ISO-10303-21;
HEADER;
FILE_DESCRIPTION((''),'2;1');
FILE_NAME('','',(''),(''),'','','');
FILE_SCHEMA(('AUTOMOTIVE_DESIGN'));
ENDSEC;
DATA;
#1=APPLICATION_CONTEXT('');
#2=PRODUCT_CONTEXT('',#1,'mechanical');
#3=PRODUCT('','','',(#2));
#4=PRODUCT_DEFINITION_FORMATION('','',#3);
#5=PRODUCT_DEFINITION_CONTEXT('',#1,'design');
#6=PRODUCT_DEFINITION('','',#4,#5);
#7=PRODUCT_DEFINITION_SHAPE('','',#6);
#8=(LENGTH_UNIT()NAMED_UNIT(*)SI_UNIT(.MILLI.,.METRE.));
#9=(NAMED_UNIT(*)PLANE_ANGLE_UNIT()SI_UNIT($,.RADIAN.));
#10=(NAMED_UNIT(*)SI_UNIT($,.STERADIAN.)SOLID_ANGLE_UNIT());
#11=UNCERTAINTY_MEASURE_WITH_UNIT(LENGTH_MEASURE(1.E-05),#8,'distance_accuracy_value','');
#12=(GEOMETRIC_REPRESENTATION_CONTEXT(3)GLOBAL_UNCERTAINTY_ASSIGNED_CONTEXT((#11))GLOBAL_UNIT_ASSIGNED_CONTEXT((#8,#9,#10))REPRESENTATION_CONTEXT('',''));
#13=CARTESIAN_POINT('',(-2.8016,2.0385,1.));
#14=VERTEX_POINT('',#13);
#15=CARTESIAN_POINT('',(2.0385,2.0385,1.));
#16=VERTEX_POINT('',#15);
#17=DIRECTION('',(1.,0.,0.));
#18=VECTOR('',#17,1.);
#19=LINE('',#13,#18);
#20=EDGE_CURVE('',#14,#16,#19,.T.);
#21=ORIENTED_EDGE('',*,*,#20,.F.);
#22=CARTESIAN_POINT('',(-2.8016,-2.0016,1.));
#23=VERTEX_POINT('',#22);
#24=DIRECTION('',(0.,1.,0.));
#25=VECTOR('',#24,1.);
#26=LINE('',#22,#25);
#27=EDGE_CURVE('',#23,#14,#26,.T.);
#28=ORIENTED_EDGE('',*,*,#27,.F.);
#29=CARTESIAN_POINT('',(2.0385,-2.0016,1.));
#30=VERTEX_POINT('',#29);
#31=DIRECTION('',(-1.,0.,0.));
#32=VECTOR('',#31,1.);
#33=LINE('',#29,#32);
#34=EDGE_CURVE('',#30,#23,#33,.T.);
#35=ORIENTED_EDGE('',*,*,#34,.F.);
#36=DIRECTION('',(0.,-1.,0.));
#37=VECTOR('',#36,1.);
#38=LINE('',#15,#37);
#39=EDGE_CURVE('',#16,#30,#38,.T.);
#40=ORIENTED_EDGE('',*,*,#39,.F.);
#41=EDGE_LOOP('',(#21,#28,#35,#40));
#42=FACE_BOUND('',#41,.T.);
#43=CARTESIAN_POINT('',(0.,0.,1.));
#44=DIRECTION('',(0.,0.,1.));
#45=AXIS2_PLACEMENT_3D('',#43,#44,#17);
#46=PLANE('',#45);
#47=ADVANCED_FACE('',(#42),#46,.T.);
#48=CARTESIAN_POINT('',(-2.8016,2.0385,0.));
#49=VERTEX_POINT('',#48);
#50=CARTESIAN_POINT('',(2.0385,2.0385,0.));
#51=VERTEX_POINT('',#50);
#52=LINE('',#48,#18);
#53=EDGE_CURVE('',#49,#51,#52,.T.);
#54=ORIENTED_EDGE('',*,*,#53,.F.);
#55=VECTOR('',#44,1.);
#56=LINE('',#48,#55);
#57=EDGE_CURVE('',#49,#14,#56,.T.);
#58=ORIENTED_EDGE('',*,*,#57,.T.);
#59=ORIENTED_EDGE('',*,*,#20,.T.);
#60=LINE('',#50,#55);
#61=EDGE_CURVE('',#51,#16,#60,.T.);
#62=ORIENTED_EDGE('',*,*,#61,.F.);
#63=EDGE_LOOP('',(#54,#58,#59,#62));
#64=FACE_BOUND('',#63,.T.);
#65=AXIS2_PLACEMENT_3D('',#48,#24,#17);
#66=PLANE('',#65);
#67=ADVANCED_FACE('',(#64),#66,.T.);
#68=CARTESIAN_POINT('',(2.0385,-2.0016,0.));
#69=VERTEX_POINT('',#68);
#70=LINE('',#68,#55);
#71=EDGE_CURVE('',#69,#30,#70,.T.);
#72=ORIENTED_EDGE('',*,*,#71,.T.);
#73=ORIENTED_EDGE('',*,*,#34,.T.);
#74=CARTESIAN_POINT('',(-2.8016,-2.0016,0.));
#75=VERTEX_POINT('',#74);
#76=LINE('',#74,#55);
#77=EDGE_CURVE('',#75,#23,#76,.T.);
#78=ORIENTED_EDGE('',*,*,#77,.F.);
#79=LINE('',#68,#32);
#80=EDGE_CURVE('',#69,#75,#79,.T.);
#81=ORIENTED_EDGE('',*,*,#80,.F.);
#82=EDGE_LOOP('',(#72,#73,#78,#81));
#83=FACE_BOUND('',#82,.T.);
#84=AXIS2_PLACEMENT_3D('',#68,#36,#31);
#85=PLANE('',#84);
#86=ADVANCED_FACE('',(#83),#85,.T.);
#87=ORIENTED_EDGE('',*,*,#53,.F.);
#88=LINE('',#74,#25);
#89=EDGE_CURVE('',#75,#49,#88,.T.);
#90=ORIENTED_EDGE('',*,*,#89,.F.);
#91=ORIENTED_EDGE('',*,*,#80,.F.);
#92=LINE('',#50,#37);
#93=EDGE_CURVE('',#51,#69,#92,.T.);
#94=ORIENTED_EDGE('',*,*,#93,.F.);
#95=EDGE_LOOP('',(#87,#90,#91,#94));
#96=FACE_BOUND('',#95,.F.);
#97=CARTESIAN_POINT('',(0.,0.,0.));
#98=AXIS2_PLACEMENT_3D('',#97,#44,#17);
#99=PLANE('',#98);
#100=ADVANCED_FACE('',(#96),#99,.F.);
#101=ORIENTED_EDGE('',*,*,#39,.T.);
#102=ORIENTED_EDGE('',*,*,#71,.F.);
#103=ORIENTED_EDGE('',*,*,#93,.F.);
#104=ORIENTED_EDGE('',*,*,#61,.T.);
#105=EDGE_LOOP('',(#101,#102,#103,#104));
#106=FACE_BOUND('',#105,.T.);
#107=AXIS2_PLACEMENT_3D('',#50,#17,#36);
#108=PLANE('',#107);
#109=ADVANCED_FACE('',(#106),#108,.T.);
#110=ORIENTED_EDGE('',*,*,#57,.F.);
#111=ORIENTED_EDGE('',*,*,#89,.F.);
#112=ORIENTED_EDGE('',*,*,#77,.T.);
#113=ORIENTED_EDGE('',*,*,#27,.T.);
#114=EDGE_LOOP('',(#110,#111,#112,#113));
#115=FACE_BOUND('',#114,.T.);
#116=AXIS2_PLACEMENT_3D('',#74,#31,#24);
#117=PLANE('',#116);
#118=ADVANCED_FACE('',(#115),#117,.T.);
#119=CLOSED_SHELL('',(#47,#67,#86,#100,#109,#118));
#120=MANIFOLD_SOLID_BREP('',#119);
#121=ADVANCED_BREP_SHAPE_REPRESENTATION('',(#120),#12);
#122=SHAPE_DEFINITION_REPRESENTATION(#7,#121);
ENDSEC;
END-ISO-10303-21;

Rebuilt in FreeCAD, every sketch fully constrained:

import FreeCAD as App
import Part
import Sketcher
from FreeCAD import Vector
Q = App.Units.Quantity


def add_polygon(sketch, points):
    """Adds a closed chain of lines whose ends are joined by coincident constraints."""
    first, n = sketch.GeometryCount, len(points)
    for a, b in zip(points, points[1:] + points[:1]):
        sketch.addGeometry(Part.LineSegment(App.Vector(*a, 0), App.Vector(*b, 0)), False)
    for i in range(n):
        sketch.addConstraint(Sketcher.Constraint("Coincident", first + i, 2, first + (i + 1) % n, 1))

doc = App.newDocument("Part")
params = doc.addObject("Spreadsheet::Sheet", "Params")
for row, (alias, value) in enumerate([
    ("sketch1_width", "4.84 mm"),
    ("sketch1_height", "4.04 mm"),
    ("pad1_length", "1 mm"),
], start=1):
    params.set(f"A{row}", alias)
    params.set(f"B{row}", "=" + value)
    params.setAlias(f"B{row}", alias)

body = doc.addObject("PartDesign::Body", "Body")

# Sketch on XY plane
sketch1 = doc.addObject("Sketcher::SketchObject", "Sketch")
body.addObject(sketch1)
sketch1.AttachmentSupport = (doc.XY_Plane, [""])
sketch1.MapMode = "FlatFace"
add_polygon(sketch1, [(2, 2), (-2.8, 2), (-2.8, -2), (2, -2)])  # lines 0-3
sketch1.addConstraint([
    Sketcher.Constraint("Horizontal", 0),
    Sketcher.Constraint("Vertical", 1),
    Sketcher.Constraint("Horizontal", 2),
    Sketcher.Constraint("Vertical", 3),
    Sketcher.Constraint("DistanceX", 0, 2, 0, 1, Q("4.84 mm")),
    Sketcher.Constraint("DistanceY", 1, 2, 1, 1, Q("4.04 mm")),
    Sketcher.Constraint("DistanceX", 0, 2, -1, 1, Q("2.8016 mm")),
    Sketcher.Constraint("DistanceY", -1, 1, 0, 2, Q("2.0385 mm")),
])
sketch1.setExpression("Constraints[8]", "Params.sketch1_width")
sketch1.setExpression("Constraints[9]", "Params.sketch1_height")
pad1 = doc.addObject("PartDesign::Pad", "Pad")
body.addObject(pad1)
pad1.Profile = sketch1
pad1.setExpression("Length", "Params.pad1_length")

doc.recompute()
────────
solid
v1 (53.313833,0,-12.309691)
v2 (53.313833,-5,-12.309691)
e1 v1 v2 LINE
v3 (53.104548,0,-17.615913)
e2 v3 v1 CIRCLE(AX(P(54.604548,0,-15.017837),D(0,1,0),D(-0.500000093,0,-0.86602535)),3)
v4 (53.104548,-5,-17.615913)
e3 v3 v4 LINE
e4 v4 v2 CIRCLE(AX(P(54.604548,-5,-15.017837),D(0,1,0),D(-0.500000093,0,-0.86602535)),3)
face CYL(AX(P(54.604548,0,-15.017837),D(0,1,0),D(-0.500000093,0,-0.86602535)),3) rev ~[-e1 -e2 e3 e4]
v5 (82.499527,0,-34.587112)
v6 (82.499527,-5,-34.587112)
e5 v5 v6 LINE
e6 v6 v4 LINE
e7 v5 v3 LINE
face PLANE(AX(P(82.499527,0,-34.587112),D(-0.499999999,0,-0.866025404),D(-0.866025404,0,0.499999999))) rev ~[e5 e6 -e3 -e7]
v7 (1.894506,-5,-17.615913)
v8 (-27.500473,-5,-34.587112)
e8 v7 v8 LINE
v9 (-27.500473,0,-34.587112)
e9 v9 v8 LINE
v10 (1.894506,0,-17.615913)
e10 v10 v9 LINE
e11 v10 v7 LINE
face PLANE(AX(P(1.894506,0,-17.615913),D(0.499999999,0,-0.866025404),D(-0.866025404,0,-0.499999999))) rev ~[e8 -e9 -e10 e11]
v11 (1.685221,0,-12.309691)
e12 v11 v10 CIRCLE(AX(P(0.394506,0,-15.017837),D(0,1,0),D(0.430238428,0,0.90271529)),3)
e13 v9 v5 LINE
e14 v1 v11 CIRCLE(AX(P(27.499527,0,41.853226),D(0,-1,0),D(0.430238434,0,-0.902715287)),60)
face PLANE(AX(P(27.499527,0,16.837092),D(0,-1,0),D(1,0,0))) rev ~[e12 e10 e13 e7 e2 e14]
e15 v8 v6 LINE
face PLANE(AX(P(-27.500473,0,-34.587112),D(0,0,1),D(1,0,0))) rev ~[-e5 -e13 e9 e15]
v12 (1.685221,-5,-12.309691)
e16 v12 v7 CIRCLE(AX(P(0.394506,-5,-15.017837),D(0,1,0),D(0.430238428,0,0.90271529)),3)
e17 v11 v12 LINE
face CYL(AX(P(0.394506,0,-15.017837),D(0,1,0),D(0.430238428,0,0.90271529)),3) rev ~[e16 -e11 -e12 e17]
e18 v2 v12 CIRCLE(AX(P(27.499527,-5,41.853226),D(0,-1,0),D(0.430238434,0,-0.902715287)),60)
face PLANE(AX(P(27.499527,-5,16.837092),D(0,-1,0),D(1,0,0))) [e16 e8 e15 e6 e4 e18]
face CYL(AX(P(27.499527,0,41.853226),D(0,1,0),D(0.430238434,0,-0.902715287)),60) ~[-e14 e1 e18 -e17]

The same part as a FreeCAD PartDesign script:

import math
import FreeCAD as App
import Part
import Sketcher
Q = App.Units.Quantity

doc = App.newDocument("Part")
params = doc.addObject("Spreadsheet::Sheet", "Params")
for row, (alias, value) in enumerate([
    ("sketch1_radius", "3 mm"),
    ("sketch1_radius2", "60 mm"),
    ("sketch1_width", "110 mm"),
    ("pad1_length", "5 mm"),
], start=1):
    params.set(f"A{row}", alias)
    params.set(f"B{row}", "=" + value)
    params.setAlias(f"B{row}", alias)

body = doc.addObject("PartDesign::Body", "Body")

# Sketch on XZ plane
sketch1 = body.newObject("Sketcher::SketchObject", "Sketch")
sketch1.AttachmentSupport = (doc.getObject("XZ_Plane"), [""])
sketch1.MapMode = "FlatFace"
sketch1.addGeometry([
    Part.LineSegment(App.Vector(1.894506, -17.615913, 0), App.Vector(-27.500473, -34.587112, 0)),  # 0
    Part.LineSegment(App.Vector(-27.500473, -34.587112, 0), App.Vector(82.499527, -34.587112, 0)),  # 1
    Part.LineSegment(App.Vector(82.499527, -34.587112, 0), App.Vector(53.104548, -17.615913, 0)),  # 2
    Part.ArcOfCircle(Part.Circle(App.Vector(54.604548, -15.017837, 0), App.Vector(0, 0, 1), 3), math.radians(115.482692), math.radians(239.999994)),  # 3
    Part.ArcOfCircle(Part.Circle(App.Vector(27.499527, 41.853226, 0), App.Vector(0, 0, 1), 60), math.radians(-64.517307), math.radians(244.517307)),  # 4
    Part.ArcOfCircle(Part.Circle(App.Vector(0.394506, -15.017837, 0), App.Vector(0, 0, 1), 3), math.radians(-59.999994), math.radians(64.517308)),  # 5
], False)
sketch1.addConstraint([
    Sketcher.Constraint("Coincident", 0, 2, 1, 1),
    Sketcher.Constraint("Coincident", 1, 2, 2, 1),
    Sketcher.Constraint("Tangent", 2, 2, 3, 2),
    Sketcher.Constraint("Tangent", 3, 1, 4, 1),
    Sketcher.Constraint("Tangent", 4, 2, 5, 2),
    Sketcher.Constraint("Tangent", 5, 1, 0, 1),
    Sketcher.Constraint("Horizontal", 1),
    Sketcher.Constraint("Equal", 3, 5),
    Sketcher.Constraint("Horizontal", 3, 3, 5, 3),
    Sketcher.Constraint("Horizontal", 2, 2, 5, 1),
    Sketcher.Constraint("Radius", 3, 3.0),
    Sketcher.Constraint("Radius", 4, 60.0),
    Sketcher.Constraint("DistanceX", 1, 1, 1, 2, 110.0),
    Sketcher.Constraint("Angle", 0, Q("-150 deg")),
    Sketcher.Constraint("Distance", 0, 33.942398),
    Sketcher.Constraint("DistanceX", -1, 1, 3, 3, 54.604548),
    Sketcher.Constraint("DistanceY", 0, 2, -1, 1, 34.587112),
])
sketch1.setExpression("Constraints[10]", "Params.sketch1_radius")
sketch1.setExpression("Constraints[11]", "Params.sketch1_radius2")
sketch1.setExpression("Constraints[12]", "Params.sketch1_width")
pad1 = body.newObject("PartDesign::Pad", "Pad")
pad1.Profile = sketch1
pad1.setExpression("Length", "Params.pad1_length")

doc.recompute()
────────
*REQUIRED WORK*. Write down, word for word, the lines above from the one containing "#29=CARTESIAN_POINT('',(2.0385,-2.0016,1.));" through the one containing "#46=PLANE('',#45);", both ends included.

*ANSWER BELOW*.
#29=CARTESIAN_POINT('',(2.0385,-2.0016,1.));
#30=VERTEX_POINT('',#29);
#31=DIRECTION('',(-1.,0.,0.));
#32=VECTOR('',#31,1.);
#33=LINE('',#29,#32);
#34=EDGE_CURVE('',#30,#23,#33,.T.);
#35=ORIENTED_EDGE('',*,*,#34,.F.);
#36=DIRECTION('',(0.,-1.,0.));
#37=VECTOR('',#36,1.);
#38=LINE('',#15,#37);
#39=EDGE_CURVE('',#16,#30,#38,.T.);
#40=ORIENTED_EDGE('',*,*,#39,.F.);
#41=EDGE_LOOP('',(#21,#28,#35,#40));
#42=FACE_BOUND('',#41,.T.);
#43=CARTESIAN_POINT('',(0.,0.,1.));
#44=DIRECTION('',(0.,0.,1.));
#45=AXIS2_PLACEMENT_3D('',#43,#44,#17);
#46=PLANE('',#45);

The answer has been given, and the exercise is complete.